(Collected data entries)
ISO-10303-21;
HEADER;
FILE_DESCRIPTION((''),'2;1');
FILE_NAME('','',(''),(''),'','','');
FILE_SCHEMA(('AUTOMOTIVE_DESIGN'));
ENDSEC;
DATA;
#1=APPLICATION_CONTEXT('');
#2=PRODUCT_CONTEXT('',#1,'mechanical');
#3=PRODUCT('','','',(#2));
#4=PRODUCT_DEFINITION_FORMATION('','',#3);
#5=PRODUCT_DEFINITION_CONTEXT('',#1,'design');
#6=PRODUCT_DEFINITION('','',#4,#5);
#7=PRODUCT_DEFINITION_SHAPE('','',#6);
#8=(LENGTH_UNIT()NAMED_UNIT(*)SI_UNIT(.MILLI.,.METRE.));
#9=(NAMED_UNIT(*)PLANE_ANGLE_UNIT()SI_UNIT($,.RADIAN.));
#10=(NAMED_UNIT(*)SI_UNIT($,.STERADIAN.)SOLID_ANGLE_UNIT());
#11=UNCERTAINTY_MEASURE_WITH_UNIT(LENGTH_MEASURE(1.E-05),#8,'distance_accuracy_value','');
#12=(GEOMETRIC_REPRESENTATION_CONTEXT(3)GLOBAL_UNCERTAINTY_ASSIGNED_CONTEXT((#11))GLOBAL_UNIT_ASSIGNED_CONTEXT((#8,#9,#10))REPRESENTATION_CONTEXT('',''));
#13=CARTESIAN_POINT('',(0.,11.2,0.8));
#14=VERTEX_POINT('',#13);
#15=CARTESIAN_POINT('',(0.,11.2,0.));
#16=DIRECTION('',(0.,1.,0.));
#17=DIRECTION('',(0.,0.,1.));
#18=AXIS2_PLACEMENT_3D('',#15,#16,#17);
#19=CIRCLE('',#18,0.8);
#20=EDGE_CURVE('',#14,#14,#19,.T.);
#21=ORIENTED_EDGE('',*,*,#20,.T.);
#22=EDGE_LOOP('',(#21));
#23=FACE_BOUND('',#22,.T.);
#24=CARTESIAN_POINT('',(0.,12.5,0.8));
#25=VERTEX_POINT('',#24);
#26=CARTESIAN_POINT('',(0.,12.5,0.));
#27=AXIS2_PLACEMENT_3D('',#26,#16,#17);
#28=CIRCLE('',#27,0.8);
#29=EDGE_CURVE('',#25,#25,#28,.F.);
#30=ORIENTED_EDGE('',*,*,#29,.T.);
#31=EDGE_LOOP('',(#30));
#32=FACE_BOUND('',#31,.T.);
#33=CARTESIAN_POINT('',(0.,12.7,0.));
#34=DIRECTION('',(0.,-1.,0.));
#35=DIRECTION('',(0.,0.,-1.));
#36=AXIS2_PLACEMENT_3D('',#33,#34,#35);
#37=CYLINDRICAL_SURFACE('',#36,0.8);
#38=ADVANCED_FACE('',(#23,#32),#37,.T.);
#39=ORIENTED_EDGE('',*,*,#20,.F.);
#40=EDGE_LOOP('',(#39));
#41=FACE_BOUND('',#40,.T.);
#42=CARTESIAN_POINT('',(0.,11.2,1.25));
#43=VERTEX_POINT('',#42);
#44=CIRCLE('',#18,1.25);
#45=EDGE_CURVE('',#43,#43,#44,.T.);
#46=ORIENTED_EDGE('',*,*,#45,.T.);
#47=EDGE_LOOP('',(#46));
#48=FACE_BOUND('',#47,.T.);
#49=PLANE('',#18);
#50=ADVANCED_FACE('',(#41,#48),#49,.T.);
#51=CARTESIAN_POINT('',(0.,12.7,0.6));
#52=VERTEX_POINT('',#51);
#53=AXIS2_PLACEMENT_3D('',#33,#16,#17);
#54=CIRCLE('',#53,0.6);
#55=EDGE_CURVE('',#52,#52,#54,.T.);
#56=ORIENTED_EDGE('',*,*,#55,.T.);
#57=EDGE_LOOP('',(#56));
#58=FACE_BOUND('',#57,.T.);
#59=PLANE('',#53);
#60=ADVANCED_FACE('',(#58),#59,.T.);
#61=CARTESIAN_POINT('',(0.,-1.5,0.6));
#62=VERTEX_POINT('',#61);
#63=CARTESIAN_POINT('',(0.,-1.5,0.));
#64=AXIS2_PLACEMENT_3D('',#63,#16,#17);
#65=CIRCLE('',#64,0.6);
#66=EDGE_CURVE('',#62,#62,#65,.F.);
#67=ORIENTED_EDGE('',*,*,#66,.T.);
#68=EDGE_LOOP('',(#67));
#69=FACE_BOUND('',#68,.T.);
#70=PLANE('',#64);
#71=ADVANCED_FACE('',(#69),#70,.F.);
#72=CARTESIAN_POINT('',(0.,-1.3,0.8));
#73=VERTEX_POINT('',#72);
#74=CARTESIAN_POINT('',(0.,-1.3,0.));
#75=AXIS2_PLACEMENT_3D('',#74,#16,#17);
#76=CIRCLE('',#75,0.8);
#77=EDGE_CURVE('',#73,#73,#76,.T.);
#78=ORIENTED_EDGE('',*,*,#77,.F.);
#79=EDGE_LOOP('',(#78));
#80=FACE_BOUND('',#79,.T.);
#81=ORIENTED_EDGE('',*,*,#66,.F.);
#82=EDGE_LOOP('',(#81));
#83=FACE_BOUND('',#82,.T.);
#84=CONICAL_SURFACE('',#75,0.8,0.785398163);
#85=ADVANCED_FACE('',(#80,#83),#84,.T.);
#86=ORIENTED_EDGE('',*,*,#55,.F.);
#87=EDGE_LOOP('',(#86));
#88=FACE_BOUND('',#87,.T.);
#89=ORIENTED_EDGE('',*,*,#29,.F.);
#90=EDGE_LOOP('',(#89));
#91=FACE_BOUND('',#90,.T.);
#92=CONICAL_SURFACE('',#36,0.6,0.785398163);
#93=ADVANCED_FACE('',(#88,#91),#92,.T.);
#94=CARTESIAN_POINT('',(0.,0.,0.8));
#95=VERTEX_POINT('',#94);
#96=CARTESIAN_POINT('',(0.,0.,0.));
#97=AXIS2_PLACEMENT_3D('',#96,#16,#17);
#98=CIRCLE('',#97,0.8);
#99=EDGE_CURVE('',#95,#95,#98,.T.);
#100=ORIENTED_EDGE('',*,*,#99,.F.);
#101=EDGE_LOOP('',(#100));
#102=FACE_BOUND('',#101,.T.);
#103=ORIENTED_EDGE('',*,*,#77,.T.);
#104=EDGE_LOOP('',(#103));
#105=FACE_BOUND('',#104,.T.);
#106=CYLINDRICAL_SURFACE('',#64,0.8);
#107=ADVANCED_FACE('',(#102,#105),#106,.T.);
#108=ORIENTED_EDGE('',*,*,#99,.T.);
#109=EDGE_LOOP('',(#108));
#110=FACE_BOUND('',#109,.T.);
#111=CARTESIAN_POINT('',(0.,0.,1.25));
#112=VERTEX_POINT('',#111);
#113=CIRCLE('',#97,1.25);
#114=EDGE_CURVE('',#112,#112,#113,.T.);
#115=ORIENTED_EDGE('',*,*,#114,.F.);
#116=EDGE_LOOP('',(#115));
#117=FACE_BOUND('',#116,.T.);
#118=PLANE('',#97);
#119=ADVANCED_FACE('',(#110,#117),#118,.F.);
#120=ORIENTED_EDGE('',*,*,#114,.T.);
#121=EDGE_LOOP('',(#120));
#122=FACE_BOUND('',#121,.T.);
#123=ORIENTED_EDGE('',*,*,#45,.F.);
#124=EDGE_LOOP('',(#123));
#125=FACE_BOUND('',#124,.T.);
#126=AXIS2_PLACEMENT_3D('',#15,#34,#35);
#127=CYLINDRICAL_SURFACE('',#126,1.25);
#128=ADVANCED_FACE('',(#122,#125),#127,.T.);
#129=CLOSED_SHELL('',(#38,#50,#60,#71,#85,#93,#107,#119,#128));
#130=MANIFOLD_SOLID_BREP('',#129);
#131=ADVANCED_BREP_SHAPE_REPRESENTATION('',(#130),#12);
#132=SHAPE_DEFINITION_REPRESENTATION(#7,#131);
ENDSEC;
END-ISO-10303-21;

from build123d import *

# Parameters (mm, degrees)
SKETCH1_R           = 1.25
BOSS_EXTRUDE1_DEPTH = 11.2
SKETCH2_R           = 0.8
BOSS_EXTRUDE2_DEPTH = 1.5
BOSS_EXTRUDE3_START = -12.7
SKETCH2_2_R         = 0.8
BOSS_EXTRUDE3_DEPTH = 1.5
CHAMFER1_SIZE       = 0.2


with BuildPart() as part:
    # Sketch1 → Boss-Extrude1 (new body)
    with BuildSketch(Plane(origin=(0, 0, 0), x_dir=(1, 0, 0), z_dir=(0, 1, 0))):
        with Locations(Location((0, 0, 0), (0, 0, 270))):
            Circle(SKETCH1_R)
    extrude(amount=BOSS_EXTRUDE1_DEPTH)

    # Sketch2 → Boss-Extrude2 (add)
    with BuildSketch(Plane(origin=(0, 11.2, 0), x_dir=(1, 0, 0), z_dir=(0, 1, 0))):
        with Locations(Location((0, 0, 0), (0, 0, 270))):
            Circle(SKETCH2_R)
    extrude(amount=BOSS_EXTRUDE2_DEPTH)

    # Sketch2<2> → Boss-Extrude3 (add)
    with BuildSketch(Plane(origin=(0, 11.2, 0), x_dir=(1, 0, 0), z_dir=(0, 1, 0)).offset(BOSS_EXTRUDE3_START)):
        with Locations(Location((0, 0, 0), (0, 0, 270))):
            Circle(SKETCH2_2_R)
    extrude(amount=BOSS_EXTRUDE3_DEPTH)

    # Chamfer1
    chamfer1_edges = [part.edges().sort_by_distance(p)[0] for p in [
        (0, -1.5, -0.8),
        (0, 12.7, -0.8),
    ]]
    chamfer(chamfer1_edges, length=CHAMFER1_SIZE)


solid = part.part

---

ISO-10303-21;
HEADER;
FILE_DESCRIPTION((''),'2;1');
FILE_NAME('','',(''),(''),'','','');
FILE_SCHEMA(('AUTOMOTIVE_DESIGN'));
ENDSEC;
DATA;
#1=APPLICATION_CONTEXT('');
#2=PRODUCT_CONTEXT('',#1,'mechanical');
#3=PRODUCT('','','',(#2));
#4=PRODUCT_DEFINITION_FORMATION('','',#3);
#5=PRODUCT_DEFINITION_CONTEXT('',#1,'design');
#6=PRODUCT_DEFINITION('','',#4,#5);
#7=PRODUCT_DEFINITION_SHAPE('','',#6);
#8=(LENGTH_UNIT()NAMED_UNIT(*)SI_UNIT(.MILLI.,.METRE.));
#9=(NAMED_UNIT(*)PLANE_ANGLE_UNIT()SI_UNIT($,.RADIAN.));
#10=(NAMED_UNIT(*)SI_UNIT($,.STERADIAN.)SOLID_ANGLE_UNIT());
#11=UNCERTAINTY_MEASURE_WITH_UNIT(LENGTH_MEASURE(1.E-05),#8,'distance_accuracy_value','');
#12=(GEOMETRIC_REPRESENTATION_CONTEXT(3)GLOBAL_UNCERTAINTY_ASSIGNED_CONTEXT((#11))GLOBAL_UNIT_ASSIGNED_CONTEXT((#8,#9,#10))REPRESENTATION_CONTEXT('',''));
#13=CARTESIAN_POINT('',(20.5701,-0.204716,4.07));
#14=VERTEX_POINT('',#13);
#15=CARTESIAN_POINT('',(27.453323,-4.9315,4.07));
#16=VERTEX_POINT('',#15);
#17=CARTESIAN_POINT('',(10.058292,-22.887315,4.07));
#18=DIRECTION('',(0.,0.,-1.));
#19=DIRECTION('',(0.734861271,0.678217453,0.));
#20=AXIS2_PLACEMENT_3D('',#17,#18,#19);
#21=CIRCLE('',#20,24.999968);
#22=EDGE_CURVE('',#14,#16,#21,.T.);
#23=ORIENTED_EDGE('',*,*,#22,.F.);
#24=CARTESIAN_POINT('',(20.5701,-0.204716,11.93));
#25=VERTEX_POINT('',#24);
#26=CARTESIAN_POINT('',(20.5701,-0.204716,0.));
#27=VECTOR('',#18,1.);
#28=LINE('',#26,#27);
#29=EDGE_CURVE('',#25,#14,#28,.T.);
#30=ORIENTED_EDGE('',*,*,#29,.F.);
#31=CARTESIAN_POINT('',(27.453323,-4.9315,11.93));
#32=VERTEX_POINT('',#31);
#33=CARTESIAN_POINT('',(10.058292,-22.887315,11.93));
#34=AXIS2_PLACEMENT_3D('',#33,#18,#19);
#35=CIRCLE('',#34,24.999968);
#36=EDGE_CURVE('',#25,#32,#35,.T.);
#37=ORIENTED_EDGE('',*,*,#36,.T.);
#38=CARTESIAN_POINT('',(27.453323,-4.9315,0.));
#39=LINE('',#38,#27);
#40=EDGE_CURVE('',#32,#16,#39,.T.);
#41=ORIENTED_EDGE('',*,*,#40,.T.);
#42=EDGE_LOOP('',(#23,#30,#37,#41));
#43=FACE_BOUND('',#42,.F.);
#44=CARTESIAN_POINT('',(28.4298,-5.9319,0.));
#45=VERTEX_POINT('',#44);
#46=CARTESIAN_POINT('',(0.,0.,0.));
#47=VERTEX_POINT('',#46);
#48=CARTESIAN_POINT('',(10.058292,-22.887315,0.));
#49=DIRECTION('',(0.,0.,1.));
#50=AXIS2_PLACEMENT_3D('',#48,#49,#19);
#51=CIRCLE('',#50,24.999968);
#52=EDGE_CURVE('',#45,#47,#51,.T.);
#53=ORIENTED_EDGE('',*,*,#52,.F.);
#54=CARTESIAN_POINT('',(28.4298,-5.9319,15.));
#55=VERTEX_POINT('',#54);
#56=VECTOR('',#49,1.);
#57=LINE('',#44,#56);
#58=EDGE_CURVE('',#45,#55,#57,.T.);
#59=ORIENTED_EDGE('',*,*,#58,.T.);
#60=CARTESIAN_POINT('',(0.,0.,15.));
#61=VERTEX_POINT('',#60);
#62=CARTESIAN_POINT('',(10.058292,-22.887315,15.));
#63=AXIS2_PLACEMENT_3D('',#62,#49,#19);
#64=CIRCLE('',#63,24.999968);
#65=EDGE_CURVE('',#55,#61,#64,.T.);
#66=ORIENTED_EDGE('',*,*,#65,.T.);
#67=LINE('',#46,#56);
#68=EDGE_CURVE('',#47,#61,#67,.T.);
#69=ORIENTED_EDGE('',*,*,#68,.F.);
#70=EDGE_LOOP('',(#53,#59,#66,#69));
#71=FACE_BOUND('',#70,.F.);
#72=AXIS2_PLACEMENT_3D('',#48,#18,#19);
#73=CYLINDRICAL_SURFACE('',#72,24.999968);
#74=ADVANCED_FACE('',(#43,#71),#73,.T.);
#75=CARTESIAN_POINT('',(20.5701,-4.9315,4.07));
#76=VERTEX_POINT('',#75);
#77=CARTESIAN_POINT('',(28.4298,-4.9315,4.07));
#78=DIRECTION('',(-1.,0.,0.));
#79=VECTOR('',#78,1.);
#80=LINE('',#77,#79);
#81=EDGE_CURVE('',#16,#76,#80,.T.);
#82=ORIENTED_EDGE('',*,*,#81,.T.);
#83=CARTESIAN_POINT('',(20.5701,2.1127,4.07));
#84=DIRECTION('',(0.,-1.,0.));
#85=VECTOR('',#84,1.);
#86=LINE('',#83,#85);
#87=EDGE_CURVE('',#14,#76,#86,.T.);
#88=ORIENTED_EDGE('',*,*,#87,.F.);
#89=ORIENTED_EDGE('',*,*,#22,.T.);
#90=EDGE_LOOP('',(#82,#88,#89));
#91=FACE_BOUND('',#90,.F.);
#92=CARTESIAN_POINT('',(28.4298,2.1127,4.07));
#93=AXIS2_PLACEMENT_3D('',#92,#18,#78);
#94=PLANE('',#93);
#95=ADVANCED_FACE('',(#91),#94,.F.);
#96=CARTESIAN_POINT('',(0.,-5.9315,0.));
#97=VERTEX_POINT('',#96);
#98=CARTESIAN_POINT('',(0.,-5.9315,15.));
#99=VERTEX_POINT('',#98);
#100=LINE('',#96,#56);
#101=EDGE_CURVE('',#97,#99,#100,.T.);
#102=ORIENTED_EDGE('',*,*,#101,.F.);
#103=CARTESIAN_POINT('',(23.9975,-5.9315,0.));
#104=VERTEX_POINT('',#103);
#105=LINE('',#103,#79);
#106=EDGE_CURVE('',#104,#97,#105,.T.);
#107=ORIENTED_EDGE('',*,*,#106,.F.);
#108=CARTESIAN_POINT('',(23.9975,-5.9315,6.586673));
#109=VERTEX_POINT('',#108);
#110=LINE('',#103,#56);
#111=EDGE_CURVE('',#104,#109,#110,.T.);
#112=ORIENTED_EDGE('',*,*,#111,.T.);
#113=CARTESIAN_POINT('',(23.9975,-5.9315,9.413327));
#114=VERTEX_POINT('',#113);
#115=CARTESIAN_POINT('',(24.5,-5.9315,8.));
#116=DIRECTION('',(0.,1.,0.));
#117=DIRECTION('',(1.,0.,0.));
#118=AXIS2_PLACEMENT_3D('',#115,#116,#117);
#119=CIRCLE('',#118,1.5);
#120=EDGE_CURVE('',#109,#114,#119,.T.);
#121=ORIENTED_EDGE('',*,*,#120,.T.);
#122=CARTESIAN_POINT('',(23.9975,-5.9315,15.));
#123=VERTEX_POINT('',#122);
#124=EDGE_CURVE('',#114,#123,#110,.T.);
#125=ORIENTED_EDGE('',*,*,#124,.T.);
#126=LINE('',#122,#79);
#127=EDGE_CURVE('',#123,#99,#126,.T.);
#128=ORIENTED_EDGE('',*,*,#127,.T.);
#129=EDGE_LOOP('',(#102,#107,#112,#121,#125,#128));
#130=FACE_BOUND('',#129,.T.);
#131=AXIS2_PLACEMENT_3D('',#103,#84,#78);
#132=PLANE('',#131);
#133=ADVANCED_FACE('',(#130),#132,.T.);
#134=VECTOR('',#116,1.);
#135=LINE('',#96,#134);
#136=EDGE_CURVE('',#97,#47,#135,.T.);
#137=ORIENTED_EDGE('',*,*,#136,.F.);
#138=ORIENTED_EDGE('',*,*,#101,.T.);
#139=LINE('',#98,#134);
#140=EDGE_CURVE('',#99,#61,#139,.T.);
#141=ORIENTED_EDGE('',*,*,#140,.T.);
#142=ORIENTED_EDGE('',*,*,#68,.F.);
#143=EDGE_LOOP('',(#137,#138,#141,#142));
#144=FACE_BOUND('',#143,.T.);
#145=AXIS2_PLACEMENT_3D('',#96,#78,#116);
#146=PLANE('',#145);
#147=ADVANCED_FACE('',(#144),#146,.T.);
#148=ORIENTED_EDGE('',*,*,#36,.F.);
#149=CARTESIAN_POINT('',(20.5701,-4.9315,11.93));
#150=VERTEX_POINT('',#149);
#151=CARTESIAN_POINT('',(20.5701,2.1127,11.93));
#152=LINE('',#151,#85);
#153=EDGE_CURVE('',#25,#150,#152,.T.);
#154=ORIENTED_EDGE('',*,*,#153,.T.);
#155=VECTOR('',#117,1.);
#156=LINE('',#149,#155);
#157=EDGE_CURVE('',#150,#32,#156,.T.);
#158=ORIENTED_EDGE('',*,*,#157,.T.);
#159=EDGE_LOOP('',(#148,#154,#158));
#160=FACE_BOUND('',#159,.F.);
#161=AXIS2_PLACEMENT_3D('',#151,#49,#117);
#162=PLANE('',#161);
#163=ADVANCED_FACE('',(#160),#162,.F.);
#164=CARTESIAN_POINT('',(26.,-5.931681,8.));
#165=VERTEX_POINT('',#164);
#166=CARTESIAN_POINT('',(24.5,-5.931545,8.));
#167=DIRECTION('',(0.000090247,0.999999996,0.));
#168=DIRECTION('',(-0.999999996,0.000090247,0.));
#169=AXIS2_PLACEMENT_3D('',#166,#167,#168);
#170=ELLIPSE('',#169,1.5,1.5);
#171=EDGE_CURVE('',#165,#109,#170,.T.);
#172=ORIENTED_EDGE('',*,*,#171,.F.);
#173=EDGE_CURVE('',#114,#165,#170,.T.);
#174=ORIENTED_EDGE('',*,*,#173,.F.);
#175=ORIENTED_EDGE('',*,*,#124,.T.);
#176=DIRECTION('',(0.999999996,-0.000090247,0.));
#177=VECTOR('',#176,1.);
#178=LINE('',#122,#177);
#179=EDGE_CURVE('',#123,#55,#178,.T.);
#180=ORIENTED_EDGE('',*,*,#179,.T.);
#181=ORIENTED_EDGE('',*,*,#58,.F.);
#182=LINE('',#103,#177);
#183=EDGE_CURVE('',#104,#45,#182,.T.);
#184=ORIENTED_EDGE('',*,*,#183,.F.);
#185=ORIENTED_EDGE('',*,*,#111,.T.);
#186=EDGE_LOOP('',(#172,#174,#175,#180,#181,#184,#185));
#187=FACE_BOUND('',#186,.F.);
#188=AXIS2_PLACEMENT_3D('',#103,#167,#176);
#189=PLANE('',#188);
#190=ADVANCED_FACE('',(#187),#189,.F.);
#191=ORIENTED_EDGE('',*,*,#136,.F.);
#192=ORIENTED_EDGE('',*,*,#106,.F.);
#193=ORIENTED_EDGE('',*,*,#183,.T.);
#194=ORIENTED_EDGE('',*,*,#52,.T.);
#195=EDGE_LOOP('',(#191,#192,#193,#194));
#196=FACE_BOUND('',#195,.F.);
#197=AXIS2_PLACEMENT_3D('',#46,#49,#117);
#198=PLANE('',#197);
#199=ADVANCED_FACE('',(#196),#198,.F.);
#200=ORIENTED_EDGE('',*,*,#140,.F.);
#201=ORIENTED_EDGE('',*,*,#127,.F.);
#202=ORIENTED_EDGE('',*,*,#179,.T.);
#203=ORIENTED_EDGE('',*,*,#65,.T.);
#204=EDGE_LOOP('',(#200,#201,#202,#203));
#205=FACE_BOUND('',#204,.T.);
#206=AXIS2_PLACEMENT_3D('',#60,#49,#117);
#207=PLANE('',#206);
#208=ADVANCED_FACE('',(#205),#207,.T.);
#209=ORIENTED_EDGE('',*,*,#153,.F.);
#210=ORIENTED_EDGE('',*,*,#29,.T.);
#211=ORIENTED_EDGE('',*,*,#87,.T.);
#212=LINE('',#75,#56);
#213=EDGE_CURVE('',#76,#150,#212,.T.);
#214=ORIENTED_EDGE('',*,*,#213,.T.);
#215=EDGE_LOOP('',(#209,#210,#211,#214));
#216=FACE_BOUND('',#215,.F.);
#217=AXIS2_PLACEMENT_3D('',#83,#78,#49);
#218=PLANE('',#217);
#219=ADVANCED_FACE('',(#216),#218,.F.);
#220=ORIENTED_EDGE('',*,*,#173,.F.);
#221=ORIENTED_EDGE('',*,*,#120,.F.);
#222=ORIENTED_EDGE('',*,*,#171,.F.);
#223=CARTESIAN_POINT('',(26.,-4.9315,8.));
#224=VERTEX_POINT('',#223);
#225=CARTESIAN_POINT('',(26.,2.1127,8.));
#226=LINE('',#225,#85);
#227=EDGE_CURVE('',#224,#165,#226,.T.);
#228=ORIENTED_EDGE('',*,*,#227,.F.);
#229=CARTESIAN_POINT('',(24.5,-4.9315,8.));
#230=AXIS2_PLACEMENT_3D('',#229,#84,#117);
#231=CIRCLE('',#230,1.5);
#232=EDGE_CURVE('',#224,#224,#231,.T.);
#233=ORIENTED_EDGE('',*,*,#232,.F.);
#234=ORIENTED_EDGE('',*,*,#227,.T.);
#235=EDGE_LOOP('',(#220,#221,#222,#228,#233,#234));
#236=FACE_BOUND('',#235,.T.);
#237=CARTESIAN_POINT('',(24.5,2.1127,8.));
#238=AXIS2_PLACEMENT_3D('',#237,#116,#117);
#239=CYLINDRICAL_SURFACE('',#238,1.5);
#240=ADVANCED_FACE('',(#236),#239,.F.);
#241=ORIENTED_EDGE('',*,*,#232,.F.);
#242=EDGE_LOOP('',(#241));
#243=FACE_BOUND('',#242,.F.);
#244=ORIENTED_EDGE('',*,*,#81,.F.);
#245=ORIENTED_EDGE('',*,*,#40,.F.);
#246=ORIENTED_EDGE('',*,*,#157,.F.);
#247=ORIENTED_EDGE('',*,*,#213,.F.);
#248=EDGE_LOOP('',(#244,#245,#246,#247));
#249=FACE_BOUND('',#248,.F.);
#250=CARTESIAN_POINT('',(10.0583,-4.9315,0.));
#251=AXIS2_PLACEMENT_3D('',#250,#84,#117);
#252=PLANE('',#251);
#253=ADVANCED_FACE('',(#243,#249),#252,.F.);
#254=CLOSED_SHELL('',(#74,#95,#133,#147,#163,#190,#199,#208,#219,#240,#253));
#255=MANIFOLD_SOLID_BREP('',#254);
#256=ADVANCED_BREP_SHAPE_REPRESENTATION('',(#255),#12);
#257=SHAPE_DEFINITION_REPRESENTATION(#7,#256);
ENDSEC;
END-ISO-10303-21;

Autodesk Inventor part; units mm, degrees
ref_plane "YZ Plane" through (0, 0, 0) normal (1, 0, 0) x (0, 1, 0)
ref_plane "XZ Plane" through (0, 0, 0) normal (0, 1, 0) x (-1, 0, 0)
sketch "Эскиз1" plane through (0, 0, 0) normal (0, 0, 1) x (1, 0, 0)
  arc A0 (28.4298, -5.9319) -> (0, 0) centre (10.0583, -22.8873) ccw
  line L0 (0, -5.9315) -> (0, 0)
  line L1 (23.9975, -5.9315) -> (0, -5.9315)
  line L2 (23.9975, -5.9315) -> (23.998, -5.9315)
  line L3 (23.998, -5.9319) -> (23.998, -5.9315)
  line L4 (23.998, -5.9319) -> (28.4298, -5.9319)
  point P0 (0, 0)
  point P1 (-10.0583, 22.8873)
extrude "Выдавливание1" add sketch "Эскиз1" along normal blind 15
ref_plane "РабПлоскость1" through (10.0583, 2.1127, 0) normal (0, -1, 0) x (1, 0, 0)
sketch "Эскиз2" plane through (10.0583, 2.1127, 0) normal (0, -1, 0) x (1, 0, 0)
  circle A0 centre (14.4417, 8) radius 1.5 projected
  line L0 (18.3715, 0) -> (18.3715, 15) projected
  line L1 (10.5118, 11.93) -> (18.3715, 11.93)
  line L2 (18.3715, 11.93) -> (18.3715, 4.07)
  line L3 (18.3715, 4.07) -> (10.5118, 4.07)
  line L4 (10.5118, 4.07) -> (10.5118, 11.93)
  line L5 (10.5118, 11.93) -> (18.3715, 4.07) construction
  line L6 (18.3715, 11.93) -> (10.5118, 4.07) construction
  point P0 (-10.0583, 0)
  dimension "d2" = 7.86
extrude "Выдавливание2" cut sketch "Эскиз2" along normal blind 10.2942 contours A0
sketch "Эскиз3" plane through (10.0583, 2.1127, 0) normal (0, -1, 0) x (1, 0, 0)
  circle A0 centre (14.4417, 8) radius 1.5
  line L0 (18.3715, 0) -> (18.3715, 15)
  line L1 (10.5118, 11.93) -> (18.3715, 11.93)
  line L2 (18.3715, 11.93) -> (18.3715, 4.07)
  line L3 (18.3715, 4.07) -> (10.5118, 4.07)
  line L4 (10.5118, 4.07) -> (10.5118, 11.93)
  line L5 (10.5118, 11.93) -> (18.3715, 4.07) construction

_Your objective:_
Would you output, from the records above, exactly the run of lines that starts at the line containing "#174=ORIENTED_EDGE('',*,*,#173,.F.);" and ends at the line containing "#207=PLANE('',#206);", and only that run?

_Output:_
#174=ORIENTED_EDGE('',*,*,#173,.F.);
#175=ORIENTED_EDGE('',*,*,#124,.T.);
#176=DIRECTION('',(0.999999996,-0.000090247,0.));
#177=VECTOR('',#176,1.);
#178=LINE('',#122,#177);
#179=EDGE_CURVE('',#123,#55,#178,.T.);
#180=ORIENTED_EDGE('',*,*,#179,.T.);
#181=ORIENTED_EDGE('',*,*,#58,.F.);
#182=LINE('',#103,#177);
#183=EDGE_CURVE('',#104,#45,#182,.T.);
#184=ORIENTED_EDGE('',*,*,#183,.F.);
#185=ORIENTED_EDGE('',*,*,#111,.T.);
#186=EDGE_LOOP('',(#172,#174,#175,#180,#181,#184,#185));
#187=FACE_BOUND('',#186,.F.);
#188=AXIS2_PLACEMENT_3D('',#103,#167,#176);
#189=PLANE('',#188);
#190=ADVANCED_FACE('',(#187),#189,.F.);
#191=ORIENTED_EDGE('',*,*,#136,.F.);
#192=ORIENTED_EDGE('',*,*,#106,.F.);
#193=ORIENTED_EDGE('',*,*,#183,.T.);
#194=ORIENTED_EDGE('',*,*,#52,.T.);
#195=EDGE_LOOP('',(#191,#192,#193,#194));
#196=FACE_BOUND('',#195,.F.);
#197=AXIS2_PLACEMENT_3D('',#46,#49,#117);
#198=PLANE('',#197);
#199=ADVANCED_FACE('',(#196),#198,.F.);
#200=ORIENTED_EDGE('',*,*,#140,.F.);
#201=ORIENTED_EDGE('',*,*,#127,.F.);
#202=ORIENTED_EDGE('',*,*,#179,.T.);
#203=ORIENTED_EDGE('',*,*,#65,.T.);
#204=EDGE_LOOP('',(#200,#201,#202,#203));
#205=FACE_BOUND('',#204,.T.);
#206=AXIS2_PLACEMENT_3D('',#60,#49,#117);
#207=PLANE('',#206);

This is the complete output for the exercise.